Instructions to follow: Print this span of the material below exactly: the line with "#101=EDGE_CURVE('',#93,#87,#100,.T.);", the line with "#119=FACE_BOUND('',#118,.F.);", and every line between them, but nothing else.
━━━━
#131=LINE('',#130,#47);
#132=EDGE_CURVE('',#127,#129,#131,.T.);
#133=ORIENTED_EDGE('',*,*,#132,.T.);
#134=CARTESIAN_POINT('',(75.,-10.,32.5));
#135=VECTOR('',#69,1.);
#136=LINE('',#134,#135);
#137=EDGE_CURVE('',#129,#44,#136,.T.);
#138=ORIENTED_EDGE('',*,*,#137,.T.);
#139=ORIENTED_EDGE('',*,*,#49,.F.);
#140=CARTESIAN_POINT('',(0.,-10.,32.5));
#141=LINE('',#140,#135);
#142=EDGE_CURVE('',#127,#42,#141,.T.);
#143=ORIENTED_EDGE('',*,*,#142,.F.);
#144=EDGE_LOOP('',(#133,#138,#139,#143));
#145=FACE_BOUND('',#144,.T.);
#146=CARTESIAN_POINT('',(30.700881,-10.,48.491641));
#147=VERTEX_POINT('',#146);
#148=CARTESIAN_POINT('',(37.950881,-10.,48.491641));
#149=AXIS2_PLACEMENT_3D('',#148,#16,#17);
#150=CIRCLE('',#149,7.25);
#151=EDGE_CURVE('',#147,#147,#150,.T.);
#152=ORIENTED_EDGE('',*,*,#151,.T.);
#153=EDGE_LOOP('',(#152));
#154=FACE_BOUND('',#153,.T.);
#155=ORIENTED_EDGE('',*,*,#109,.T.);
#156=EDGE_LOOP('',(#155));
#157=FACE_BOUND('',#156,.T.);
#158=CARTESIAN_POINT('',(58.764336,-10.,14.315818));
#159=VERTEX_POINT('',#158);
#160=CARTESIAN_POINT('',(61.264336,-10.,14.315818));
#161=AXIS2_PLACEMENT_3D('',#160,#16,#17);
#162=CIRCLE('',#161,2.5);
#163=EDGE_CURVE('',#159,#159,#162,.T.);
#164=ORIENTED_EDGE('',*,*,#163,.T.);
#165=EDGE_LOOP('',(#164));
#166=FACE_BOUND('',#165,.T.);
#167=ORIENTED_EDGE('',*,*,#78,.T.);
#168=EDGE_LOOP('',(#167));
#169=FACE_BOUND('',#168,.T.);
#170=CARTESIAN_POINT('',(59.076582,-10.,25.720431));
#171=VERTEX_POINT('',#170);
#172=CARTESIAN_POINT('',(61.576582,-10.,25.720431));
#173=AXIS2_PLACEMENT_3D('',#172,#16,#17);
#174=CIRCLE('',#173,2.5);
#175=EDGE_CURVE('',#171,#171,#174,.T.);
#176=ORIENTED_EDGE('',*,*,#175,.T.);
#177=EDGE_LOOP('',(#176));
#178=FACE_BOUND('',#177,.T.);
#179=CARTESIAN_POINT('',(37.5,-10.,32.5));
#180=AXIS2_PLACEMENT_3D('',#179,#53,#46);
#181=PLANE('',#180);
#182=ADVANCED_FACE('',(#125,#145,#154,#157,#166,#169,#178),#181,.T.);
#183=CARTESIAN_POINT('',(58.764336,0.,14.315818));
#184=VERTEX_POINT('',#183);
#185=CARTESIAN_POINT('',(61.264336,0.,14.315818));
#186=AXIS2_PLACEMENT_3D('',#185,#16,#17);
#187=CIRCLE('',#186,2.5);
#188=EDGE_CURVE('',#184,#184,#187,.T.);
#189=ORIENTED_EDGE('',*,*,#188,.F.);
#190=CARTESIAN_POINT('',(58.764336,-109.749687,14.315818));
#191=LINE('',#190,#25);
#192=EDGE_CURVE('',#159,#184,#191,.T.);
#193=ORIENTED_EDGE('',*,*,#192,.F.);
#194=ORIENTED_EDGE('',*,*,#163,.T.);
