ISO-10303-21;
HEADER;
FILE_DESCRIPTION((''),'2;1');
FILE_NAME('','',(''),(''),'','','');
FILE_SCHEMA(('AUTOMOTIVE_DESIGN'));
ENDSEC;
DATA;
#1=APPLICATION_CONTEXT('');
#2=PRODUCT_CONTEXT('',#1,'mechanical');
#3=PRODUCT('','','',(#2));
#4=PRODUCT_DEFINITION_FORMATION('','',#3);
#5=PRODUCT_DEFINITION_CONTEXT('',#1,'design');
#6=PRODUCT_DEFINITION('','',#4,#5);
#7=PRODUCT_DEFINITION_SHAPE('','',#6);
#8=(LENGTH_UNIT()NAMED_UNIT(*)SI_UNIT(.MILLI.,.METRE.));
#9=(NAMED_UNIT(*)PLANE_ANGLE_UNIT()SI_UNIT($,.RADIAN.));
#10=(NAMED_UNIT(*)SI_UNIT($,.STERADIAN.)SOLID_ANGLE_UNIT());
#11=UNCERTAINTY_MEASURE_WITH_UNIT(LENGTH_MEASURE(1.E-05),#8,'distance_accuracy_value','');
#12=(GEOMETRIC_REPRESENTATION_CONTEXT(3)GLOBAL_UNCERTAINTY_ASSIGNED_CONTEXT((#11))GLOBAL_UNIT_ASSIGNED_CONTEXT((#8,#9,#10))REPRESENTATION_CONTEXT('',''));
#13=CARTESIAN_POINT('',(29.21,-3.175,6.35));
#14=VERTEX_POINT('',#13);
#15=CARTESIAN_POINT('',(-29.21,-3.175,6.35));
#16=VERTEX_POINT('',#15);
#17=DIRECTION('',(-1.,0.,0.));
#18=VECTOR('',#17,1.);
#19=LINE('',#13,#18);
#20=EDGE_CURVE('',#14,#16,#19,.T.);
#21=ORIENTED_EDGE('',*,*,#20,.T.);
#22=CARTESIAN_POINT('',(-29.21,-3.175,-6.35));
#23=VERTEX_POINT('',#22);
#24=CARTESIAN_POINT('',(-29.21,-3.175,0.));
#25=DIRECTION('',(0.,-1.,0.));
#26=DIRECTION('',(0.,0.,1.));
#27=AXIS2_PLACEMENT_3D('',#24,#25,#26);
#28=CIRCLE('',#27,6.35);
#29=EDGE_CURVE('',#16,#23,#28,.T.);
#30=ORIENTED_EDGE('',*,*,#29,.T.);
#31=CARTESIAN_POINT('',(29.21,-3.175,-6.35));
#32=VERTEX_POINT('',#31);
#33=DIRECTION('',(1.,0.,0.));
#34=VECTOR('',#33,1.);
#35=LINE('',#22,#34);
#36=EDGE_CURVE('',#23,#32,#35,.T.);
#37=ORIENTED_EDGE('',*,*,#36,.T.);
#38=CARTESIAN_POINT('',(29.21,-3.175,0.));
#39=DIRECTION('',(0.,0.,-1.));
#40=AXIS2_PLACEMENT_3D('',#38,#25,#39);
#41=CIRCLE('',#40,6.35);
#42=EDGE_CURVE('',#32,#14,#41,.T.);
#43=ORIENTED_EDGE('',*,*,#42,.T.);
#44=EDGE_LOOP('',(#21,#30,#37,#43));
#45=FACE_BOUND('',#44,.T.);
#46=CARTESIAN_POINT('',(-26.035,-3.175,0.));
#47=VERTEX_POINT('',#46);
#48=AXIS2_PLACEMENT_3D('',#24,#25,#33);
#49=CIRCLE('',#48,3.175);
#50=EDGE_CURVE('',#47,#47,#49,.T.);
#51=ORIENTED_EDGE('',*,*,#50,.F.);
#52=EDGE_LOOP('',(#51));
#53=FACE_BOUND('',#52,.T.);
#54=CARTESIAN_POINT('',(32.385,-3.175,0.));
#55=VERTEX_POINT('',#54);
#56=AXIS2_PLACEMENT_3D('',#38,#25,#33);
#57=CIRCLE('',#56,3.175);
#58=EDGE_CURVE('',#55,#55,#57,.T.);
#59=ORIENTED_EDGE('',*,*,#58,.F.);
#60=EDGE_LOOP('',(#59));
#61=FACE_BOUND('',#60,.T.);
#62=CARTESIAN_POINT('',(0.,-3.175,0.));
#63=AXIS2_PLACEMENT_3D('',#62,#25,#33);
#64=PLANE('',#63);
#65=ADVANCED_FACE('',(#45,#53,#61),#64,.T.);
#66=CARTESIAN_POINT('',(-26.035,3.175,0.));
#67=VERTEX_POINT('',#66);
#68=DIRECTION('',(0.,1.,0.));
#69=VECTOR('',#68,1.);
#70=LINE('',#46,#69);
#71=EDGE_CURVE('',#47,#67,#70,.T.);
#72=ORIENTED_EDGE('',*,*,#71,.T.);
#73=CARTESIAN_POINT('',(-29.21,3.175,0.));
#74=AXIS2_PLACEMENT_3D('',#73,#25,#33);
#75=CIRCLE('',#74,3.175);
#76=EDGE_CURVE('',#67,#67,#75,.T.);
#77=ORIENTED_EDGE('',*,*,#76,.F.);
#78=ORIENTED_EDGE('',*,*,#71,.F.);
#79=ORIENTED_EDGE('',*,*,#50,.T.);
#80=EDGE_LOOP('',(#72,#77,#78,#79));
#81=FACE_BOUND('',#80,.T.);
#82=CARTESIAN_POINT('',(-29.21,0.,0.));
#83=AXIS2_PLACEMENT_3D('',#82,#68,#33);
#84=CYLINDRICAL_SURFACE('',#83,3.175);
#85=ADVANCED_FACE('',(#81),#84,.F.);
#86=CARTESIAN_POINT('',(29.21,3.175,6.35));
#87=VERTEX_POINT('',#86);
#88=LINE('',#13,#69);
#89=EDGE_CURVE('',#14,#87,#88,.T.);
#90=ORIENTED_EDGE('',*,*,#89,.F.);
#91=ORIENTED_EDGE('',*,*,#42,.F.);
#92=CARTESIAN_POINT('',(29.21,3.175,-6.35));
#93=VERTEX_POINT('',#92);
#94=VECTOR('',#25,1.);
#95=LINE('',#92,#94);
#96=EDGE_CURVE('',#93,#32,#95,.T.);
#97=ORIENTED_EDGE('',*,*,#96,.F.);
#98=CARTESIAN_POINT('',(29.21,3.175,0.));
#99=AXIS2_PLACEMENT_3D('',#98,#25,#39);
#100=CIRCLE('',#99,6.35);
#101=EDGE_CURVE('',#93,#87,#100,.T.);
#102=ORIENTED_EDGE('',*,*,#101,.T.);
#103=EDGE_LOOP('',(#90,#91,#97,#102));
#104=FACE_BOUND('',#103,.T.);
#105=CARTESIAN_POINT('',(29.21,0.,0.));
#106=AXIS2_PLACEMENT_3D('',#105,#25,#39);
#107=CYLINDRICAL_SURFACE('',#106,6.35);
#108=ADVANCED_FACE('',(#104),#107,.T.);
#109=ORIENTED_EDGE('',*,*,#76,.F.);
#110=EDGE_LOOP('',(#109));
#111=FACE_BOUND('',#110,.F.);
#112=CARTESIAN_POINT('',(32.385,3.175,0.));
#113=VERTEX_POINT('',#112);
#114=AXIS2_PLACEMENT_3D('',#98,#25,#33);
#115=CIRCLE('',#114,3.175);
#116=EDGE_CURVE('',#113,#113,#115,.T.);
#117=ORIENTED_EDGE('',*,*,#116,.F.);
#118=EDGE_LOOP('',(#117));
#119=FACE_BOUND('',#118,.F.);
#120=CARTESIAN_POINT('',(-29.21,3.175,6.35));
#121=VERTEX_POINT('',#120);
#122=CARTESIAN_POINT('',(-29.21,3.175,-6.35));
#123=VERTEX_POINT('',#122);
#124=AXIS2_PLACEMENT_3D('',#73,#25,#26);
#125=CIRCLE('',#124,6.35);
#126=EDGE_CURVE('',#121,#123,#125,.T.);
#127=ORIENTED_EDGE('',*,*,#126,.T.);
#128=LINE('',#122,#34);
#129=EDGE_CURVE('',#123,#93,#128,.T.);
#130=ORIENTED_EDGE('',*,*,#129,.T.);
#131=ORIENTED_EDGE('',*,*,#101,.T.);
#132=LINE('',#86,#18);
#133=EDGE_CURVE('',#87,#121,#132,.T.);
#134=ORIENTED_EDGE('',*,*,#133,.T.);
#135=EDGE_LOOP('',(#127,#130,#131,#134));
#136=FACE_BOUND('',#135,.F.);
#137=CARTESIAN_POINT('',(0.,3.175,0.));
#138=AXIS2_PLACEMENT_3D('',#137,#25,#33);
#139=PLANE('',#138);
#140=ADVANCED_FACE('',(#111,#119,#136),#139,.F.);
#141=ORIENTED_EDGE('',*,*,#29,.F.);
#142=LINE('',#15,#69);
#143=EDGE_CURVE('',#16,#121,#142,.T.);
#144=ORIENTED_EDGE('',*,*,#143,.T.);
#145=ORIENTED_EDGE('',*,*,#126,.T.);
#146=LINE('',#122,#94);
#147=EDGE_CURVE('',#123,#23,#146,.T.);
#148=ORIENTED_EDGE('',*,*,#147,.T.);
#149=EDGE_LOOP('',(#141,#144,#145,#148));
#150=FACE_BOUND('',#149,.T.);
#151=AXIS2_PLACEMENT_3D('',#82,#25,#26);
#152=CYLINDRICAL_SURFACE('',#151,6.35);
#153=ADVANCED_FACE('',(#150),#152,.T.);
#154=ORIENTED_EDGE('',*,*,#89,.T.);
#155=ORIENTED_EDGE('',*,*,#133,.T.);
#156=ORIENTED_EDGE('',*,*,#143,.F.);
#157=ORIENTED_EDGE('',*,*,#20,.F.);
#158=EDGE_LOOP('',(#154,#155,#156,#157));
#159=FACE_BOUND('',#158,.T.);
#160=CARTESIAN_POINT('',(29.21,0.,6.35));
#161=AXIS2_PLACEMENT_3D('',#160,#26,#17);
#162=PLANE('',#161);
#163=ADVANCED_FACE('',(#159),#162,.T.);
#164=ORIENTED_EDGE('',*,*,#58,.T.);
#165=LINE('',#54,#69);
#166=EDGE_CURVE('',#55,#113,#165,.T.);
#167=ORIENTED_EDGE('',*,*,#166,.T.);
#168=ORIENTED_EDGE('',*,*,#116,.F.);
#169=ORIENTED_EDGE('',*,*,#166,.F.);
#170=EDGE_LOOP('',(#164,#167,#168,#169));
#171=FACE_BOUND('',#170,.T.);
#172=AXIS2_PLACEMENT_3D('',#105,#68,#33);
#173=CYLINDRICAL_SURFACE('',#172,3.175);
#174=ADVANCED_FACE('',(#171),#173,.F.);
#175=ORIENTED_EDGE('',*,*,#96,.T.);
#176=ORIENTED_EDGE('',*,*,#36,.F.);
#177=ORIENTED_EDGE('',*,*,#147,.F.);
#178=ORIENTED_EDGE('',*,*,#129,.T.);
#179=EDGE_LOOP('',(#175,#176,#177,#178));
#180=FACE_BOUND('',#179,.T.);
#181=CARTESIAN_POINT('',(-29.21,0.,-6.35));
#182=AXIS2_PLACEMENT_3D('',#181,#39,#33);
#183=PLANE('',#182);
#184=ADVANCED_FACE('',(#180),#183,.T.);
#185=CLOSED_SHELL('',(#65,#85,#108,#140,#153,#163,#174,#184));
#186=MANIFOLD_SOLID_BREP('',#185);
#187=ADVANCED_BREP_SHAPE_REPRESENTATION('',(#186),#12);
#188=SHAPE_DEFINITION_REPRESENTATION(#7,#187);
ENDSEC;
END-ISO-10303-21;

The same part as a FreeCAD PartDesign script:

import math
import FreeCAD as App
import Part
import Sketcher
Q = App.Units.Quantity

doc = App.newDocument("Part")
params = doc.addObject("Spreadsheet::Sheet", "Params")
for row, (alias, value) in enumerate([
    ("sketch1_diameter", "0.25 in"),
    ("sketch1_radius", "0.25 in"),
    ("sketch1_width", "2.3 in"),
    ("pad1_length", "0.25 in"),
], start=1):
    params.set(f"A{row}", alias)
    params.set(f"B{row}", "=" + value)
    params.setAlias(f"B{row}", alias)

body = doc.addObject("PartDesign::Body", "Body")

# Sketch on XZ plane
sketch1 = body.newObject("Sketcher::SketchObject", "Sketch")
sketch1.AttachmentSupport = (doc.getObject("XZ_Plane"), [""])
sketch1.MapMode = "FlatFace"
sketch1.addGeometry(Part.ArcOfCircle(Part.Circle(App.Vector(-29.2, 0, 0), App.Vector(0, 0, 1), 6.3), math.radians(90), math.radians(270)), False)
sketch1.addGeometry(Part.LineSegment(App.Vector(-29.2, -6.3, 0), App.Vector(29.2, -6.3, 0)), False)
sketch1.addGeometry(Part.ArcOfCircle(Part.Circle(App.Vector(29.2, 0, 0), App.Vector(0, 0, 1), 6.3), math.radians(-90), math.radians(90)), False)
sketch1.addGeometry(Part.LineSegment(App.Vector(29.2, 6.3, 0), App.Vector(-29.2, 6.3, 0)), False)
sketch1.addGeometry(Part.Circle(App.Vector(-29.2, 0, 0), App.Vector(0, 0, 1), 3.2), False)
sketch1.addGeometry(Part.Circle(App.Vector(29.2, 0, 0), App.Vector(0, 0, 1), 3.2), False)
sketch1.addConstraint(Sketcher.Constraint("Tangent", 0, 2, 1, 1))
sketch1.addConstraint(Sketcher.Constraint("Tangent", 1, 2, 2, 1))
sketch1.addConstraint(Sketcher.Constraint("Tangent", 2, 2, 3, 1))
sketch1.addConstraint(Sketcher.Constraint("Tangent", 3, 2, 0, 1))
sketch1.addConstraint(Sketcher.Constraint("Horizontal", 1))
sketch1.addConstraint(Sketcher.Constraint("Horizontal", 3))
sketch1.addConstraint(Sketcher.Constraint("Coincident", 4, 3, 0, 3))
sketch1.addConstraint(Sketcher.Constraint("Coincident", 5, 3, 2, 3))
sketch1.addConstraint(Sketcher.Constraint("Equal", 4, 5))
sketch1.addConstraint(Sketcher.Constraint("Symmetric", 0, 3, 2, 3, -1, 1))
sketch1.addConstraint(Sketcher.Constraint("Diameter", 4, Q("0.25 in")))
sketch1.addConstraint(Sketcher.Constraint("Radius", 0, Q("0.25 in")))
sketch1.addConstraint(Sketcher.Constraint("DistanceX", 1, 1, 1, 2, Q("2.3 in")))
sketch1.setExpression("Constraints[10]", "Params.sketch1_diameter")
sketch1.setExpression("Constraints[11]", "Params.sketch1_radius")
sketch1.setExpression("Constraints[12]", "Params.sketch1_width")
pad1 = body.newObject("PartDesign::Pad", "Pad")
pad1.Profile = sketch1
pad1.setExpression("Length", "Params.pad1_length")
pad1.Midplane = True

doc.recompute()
━━━━
Reply to the task:
#101=EDGE_CURVE('',#93,#87,#100,.T.);
#102=ORIENTED_EDGE('',*,*,#101,.T.);
#103=EDGE_LOOP('',(#90,#91,#97,#102));
#104=FACE_BOUND('',#103,.T.);
#105=CARTESIAN_POINT('',(29.21,0.,0.));
#106=AXIS2_PLACEMENT_3D('',#105,#25,#39);
#107=CYLINDRICAL_SURFACE('',#106,6.35);
#108=ADVANCED_FACE('',(#104),#107,.T.);
#109=ORIENTED_EDGE('',*,*,#76,.F.);
#110=EDGE_LOOP('',(#109));
#111=FACE_BOUND('',#110,.F.);
#112=CARTESIAN_POINT('',(32.385,3.175,0.));
#113=VERTEX_POINT('',#112);
#114=AXIS2_PLACEMENT_3D('',#98,#25,#33);
#115=CIRCLE('',#114,3.175);
#116=EDGE_CURVE('',#113,#113,#115,.T.);
#117=ORIENTED_EDGE('',*,*,#116,.F.);
#118=EDGE_LOOP('',(#117));
#119=FACE_BOUND('',#118,.F.);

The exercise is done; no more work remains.